スーパーメタルクウラ伝【本編完結】 作:走れ軟骨
2mを超えようかという筋骨隆々たる大男へと変身したクウラが、フリーザを見下ろしている。
その威圧感は、圧倒的な体格差と莫大な気の差という理由だけではないだろう。
クウラから発するブッチギリの〝気〟がもたらす圧迫。
その〝気〟は戦闘力に直結する生命エネルギーの気ではなく、ただただ純粋な存在感であり…気迫、殺気、闘気、覇気…それら概念的な圧であり凄味というやつで、今、フリーザは完全に兄の〝気〟に飲まれていた。

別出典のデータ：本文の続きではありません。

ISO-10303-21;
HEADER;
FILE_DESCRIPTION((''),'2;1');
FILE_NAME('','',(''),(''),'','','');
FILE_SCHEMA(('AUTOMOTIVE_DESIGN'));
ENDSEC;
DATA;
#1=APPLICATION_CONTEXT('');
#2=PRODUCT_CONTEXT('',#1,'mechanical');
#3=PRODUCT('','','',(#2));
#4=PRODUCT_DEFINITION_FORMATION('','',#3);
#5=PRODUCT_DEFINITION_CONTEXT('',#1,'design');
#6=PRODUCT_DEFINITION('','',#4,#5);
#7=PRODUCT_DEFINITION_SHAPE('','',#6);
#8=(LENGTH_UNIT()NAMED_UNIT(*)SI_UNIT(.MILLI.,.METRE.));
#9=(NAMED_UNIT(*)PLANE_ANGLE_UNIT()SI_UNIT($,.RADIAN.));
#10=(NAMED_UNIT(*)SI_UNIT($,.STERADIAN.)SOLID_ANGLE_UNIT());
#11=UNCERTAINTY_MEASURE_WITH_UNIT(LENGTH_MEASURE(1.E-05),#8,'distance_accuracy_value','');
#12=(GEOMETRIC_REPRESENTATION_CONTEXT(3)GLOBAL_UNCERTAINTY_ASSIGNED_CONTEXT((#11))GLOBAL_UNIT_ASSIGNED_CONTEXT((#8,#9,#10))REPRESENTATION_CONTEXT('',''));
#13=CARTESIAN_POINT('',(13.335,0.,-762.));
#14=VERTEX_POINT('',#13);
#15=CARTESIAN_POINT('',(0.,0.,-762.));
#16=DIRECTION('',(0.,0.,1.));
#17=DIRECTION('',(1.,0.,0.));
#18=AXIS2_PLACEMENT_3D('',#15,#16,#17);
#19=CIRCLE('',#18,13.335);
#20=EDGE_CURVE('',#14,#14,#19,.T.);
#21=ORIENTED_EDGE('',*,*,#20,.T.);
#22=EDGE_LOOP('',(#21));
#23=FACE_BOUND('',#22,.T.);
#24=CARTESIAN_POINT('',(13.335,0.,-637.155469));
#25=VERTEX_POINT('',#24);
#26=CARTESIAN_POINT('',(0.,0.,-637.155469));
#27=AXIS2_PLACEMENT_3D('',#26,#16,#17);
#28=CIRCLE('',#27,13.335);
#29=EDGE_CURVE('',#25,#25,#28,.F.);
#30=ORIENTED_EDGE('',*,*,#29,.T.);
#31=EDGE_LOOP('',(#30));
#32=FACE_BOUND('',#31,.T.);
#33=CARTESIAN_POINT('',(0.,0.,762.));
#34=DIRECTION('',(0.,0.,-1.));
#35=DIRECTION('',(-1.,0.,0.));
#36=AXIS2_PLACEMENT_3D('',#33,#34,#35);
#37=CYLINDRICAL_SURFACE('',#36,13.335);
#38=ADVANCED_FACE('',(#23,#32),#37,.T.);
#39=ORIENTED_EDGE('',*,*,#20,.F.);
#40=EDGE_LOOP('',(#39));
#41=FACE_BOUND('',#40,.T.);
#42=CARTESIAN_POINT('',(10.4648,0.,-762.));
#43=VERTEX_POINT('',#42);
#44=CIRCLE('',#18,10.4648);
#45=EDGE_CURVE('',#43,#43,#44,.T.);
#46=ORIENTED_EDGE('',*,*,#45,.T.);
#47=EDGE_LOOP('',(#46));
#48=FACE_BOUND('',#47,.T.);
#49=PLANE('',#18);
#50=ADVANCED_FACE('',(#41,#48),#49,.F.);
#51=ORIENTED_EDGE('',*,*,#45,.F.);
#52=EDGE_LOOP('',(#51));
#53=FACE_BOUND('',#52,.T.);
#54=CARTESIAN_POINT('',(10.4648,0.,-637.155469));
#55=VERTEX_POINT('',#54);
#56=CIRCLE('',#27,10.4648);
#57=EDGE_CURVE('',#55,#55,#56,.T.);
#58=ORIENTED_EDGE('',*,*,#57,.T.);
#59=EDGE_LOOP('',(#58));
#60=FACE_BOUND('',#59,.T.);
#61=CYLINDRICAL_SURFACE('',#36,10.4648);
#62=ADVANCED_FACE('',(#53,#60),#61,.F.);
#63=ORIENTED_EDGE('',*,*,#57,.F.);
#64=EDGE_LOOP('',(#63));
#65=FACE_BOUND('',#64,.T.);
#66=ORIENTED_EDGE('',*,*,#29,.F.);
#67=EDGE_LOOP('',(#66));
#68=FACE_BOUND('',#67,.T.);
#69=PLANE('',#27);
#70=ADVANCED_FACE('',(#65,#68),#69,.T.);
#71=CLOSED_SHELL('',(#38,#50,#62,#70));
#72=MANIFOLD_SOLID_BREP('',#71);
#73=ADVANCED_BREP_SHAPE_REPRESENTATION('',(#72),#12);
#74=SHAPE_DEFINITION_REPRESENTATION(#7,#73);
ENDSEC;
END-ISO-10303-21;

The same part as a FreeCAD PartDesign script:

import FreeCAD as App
import Part
import Sketcher
Q = App.Units.Quantity

doc = App.newDocument("Part")
body = doc.addObject("PartDesign::Body", "Body")

sketch1 = body.newObject("Sketcher::SketchObject", "Sketch")
sketch1.AttachmentSupport = (doc.getObject("XY_Plane"), [""])
sketch1.MapMode = "FlatFace"
sketch1.addGeometry([
    Part.Circle(App.Vector(0, 0, 0), App.Vector(0, 0, 1), 13),
    Part.Circle(App.Vector(0, 0, 0), App.Vector(0, 0, 1), 10),
], False)
sketch1.addConstraint([
    Sketcher.Constraint("Coincident", 0, 3, -1, 1),
    Sketcher.Constraint("Coincident", 1, 3, -1, 1),
    Sketcher.Constraint("Diameter", 0, Q("1.05 in")),
    Sketcher.Constraint("Diameter", 1, Q("0.824 in")),
])
pad1 = body.newObject("PartDesign::Pad", "Pad")
pad1.Profile = sketch1
pad1.Type = "TwoLengths"
pad1.Length = Q("30 in")
pad1.Length2 = Q("30 in")

sketch2 = body.newObject("Sketcher::SketchObject", "Sketch001")
sketch2.AttachmentSupport = (doc.getObject("XY_Plane"), [""])
sketch2.MapMode = "FlatFace"
sketch2.AttachmentOffset = App.Placement(App.Vector(0, 0, 30 * 25.4), App.Rotation())
sketch2.addGeometry(Part.Circle(App.Vector(0, 0, 0), App.Vector(0, 0, 1), 13), False)
sketch2.addConstraint([
    Sketcher.Constraint("Coincident", 0, 3, -1, 1),
    Sketcher.Constraint("Diameter", 0, Q("1.05 in")),
])
pocket1 = body.newObject("PartDesign::Pocket", "Pocket")
pocket1.Profile = sketch2
pocket1.Length = 1399.155469

doc.recompute()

紅蓮に光るクウラの眼光がフリーザを静かに見下すと、フリーザは未だに眼前で起きた兄の変身を受け入れられないでいるらしい。
「あ、あぁ、あ、あ…!こ、こんな…こんなバカな…!
き、貴様なんぞが…!ボクより先にさらなる変身に辿り着いているわけが…!ないッ!!!」
屈辱に体と声を震わすフリーザを言葉もなく一笑に付したクウラは、弟の言葉に取り合わずに地を蹴った。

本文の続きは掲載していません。